On appeal, Mr. Jacobson argues that the district court erred in ruling that he failed to create a jury issue as to pretext. Mr. Jacobson asserts that it is not his burden to prove pretext at summary judgment, but merely to show a genuine issue of material fact as to whether the City’s reason was pretext. We agree, but creating a genuine issue of material fact means providing enough evidence “such that a reasonable jury could return a verdict” for him. Bowen, 882 F.3d at 1362. In this context, that means showing that he would “be able to establish at trial that the [City’s] proffered non-discriminatory reasons are a pretextual ruse designed to mask retaliation [or discrimination].” Farley v. Nationwide Mut. Ins. Co., 197 F.3d 1322, 1336 (11th Cir. 1999). “To show pretext, the evidence produced must reveal such weaknesses, implausibilities, inconsistencies, incoherencies or contradictions in the employer’s proffered legitimate reasons for its actions that a reasonable factfinder could find them unworthy of credence.” Furcron v. Mail Ctrs. Plus, LLC, 843 F.3d 1295, 1313 (11th Cir. 2016). We agree with the district court that Mr. Jacobson failed to meet these standards.

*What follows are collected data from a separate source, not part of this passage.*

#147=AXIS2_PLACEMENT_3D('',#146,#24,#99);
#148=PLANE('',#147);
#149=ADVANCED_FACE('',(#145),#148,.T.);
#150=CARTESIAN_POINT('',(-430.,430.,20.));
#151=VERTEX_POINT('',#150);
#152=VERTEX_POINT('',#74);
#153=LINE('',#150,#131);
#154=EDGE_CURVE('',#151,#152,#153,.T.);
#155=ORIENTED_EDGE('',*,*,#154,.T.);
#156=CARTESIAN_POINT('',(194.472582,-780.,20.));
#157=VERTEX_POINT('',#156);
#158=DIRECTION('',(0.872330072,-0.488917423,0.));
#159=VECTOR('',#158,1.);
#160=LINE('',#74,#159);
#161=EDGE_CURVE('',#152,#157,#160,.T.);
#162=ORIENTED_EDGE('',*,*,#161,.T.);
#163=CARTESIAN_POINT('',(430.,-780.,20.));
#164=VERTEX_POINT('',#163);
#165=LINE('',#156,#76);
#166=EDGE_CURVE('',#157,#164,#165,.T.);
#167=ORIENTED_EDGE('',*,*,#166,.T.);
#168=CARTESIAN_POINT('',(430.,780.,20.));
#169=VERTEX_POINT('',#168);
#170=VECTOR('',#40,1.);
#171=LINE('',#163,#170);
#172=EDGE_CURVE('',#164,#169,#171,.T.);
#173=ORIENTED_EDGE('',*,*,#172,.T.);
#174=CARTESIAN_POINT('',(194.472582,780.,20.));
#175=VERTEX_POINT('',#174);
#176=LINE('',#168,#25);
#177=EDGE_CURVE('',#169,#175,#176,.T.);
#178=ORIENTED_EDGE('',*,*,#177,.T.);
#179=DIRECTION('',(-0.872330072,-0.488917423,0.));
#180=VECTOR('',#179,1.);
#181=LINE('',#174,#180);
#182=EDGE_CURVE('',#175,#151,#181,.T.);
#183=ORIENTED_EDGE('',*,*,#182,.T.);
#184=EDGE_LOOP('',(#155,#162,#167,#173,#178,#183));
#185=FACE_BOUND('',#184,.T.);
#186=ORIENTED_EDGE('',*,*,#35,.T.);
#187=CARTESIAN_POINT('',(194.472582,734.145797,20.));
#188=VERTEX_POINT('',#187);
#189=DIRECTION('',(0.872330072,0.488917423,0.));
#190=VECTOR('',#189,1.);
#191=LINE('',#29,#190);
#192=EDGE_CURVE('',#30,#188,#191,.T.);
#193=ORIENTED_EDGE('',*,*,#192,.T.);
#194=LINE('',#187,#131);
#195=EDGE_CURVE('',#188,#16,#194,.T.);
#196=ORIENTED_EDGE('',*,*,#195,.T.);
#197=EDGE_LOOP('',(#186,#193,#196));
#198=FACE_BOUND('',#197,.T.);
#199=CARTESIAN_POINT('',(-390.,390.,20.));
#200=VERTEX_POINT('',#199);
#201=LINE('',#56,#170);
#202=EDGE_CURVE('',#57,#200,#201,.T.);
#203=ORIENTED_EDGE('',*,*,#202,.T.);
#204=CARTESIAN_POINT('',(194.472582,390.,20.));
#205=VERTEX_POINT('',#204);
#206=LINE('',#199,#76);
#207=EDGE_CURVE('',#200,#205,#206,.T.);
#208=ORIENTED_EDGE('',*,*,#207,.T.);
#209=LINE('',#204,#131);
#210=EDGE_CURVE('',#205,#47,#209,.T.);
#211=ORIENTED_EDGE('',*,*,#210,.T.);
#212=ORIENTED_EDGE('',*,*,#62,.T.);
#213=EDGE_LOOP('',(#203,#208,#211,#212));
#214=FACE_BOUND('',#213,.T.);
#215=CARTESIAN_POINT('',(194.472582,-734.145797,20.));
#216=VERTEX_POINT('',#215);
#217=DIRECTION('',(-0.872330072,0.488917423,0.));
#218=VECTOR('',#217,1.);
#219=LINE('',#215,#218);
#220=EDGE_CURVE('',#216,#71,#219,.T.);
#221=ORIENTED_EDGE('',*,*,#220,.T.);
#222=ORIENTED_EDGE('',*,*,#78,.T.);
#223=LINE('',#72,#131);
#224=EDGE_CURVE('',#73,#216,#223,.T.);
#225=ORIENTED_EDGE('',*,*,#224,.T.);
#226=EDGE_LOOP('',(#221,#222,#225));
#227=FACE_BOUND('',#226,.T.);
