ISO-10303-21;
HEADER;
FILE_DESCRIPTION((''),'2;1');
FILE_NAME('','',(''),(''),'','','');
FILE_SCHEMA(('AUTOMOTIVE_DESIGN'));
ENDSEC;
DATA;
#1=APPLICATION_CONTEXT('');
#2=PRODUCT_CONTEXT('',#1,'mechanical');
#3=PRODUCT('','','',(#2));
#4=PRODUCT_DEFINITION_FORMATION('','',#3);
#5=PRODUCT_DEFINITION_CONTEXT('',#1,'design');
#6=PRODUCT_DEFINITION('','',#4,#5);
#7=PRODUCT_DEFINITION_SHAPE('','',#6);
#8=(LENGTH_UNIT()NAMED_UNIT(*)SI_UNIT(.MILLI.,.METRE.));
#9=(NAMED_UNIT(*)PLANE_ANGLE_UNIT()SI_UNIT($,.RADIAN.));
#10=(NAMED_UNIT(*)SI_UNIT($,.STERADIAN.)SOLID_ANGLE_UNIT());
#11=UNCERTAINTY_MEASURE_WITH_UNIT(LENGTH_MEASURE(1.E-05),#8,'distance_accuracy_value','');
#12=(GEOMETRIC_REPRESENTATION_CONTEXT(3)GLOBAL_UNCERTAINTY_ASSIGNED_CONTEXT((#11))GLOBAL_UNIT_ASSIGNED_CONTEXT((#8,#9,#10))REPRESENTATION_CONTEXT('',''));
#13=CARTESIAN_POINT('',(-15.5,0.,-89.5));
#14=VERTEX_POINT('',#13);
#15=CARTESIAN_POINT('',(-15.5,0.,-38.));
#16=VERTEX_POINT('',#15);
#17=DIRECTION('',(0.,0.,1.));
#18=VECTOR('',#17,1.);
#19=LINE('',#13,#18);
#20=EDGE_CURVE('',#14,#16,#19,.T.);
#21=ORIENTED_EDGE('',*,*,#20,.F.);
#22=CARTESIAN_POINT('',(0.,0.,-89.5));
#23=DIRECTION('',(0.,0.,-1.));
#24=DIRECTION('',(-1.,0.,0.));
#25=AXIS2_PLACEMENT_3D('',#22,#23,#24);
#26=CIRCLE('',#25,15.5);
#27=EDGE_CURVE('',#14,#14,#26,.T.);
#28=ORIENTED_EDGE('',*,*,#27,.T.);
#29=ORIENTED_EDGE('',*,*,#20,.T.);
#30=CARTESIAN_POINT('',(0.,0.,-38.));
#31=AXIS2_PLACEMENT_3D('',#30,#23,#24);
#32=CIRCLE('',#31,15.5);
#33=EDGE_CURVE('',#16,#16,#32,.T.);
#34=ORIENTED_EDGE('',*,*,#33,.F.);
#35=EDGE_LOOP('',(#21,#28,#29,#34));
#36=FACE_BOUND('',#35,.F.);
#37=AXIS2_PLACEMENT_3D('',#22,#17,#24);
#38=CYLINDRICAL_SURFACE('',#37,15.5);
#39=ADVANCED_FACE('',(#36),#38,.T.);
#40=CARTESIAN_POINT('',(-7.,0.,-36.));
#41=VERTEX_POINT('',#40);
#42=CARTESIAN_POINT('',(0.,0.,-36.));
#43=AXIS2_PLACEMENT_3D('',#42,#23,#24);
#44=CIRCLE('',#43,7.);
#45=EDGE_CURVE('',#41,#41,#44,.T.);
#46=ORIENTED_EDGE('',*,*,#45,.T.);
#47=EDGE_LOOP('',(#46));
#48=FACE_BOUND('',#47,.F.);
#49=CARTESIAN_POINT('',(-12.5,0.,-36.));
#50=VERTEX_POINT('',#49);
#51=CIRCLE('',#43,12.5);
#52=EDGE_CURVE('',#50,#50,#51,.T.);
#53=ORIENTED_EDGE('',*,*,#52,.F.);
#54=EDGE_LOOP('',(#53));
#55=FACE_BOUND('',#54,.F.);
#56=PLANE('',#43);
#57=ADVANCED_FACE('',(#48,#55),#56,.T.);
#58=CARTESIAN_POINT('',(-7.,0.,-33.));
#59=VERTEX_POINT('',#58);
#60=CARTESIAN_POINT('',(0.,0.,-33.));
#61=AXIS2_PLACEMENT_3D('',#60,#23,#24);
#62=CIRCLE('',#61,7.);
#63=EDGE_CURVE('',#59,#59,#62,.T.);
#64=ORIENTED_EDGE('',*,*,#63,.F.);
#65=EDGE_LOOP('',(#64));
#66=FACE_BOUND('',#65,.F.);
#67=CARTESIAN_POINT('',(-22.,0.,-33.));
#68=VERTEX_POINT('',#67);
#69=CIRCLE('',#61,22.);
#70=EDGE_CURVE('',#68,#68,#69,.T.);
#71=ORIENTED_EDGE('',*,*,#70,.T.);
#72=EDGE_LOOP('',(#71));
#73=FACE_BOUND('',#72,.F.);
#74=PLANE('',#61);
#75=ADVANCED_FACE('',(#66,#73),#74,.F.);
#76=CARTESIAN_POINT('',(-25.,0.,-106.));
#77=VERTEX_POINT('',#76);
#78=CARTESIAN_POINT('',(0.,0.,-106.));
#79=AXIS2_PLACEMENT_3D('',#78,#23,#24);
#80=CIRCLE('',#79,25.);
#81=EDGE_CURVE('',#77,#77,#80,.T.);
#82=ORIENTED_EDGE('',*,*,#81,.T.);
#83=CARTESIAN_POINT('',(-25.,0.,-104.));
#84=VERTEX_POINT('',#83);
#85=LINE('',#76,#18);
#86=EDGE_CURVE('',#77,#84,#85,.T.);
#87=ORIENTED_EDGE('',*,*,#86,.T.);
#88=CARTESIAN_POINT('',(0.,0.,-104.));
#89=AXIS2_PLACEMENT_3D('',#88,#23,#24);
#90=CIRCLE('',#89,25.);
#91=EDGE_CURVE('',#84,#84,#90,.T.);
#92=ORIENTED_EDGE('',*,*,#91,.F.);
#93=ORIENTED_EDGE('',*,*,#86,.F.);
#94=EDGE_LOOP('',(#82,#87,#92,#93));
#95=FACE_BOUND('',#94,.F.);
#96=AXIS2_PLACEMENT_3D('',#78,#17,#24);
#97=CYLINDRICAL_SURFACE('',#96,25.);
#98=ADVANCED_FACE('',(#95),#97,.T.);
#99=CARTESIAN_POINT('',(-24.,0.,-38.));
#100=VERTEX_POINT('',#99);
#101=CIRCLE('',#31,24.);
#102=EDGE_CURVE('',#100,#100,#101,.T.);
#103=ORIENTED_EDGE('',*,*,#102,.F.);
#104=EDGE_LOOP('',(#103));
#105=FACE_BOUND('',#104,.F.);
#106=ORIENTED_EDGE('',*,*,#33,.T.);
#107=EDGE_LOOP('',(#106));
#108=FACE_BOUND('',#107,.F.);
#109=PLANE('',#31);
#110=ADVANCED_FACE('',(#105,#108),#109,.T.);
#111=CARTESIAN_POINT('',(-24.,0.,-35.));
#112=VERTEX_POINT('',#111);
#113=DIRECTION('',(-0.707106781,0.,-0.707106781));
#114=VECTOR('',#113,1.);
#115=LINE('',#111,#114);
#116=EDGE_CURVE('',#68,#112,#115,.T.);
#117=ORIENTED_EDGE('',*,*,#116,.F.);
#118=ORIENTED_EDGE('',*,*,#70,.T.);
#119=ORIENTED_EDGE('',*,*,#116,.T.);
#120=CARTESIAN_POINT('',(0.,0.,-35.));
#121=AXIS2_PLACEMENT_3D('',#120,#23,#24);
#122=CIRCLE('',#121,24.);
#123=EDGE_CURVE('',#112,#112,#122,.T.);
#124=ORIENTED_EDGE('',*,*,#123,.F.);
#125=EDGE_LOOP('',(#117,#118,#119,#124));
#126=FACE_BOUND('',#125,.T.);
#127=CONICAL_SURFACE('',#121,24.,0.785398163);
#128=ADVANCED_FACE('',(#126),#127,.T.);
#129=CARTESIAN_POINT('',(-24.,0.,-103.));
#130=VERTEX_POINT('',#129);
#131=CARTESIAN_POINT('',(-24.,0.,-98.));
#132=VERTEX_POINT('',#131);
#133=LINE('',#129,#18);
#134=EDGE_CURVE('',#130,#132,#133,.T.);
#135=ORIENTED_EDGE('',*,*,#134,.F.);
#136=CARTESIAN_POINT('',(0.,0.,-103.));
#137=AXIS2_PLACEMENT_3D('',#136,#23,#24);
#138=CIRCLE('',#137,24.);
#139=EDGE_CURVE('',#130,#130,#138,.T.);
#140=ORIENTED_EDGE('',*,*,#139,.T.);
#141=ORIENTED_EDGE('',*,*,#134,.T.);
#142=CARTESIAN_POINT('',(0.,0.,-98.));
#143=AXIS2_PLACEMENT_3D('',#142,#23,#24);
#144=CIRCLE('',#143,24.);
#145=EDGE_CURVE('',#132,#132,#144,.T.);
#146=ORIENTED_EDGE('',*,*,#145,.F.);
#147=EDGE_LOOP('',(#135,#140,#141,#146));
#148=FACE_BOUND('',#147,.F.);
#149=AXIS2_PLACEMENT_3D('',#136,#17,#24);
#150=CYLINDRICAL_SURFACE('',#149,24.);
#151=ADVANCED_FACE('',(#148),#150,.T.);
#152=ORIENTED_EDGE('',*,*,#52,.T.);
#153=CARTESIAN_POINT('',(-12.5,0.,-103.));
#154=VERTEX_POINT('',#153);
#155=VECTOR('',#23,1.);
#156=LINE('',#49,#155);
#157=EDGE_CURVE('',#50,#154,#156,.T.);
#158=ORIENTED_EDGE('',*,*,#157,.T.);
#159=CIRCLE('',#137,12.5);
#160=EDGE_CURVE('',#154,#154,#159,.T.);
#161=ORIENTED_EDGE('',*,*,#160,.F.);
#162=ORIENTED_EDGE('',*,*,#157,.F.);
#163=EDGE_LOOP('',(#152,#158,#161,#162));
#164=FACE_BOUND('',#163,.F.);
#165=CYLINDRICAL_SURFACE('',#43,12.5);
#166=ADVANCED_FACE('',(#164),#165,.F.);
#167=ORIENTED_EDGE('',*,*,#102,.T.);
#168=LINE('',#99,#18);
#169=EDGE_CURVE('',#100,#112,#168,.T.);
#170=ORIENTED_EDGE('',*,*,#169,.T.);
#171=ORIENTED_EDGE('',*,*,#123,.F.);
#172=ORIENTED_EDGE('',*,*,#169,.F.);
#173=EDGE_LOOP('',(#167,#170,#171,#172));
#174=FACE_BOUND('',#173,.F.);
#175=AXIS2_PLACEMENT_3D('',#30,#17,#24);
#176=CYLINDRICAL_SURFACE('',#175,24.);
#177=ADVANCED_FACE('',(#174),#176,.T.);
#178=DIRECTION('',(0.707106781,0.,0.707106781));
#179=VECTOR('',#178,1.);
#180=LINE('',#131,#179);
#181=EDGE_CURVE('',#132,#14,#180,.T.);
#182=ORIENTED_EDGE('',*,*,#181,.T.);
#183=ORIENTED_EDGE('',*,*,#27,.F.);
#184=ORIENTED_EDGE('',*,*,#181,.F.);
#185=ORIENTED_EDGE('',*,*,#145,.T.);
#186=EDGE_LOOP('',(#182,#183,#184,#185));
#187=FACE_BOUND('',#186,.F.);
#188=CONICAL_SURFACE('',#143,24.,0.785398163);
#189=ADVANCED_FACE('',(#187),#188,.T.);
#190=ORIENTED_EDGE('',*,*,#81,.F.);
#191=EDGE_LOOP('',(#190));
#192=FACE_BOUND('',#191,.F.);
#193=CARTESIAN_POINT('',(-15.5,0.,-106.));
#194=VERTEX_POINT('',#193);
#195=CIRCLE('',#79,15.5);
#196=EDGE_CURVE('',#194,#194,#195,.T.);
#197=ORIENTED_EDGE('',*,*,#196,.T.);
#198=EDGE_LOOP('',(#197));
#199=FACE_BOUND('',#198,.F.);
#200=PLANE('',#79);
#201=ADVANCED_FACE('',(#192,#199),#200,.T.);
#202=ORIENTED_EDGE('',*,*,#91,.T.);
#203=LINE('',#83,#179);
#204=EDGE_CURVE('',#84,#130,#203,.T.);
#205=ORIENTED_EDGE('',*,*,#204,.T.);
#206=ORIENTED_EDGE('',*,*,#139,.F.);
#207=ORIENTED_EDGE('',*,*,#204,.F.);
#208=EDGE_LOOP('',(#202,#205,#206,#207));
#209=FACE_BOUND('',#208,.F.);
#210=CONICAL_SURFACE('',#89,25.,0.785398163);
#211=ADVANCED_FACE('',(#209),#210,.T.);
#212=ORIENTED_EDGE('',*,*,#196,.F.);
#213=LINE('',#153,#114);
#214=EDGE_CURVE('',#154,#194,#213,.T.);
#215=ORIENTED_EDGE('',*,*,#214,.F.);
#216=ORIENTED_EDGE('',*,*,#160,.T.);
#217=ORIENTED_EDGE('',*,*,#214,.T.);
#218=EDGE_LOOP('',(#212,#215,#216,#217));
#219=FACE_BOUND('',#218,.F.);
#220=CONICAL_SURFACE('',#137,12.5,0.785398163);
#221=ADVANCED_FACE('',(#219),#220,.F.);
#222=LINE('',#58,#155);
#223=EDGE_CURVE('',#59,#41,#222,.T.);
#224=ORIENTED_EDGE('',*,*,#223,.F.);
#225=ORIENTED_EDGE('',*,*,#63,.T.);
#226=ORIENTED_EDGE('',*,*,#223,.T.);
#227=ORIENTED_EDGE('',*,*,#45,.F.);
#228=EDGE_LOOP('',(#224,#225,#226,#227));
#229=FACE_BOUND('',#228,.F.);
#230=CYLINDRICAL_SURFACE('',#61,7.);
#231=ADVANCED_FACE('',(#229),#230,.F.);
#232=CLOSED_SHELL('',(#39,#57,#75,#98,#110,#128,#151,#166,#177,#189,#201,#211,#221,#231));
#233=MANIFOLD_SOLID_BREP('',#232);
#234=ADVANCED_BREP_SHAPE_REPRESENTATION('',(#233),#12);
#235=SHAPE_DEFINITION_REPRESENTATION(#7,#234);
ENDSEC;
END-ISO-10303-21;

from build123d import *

# Parameters (mm, degrees)
CHAMFER_SIZE         = 3
CHAMFER001_SIZE      = 2
BODY_PLACEMENT_ANGLE = 180


with BuildPart() as part:
    # Sketch → Revolution (revolve)
    with BuildSketch(Plane.XZ):
        Polygon((24, 0), (7, 0), (7, 3), (12.5, 3), (12.5, 73), (25, 73), (25, 71), (24, 70), (24, 65), (15.5, 56.5), (15.5, 5), (24, 5), align=None)
    revolve(axis=Axis((0, 0, 0), (0, 0, 1)))

    # Chamfer
    chamfer_edges = [part.edges().sort_by_distance(p)[0] for p in [
        (-12.5, 0, 73),
    ]]
    chamfer(chamfer_edges, length=CHAMFER_SIZE)

    # Chamfer001
    chamfer001_edges = [part.edges().sort_by_distance(p)[0] for p in [
        (-24, 0, 0),
    ]]
    chamfer(chamfer001_edges, length=CHAMFER001_SIZE)


with BuildPart() as part_1:
    # Body placement: moved
    add(part.part.moved(Location((0, 0, -33))).rotate(Axis((0, 0, -33), (0, 1, 0)), BODY_PLACEMENT_ANGLE))


solid = part_1.part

As the district court explained, the undisputed facts show that Mr. Jacobson was referred to a mandatory EAP which required the completion of six therapy sessions; he missed one of the sessions; the therapist reported his missed session to the EAP case manager; the EAP case manager reported to the City’s Human Resources department that, based on this missed session, Mr. Jacobson was out of compliance with the EAP; the HR department relayed to Chief Cabrera that Mr. Jacobson was out of compliance with the EAP; the CBA states that failure to comply with an EAP “will result” in termination of employment; and Chief Cabrera believed, based on the CBA, that such noncompliance with the EAP required Mr. Jacobson’s termination.

Mr. Jacobson failed to reveal any “weaknesses, implausibilities, inconsistencies, incoherencies or contradictions” in this legitimate non-discriminatory reason such that a jury could determine that it was “unworthy of credence.” Furcron, 843 F.3d at 1313. Whether Mr. Jacobson actually failed to comply with the EAP, or had a legitimate reason for non-compliance, is not determinative. “[E]ven if a [ ] claimant did not in fact commit the violation with which he is charged, an employer successfully rebuts any prima facie case [ ] by showing that it honestly believed the employee committed the violation.” Jones v. Gerwens, 874 F.2d 1534, 1540 (11th Cir. 1989).

Nor does it matter whether the City acted reasonably or wisely in firing Mr. Jacobson, or whether it verified that Mr. Jacobson was actually noncompliant with the EAP. “[E]mployers are free to fire their employees for a good reason, a bad reason, a reason based on erroneous facts, or for no reason at all, as long as its action is not for a discriminatory reason.” Flowers v. Troup Cty., Ga., Sch. Dist., 803 F.3d 1327, 1338 (11th Cir. 2015).

A deviation from normal procedures or a failure to provide reasonable accommodations may be suggestive of pretext. But we agree with the district court that Mr. Jacobson failed to provide any evidence of such a deviation, or that he requested and was denied accommodations for making up the missed session. See D.E. 91 at 11-13.

Thus, we conclude, as did the district court, that Mr. Jacobson failed to present sufficient evidence to allow a jury to find that the City’s legitimate non-discriminatory reason for terminating him was pretext.


The district court did not err in granting summary judgment to the City of West Palm Beach. Its judgment is therefore affirmed.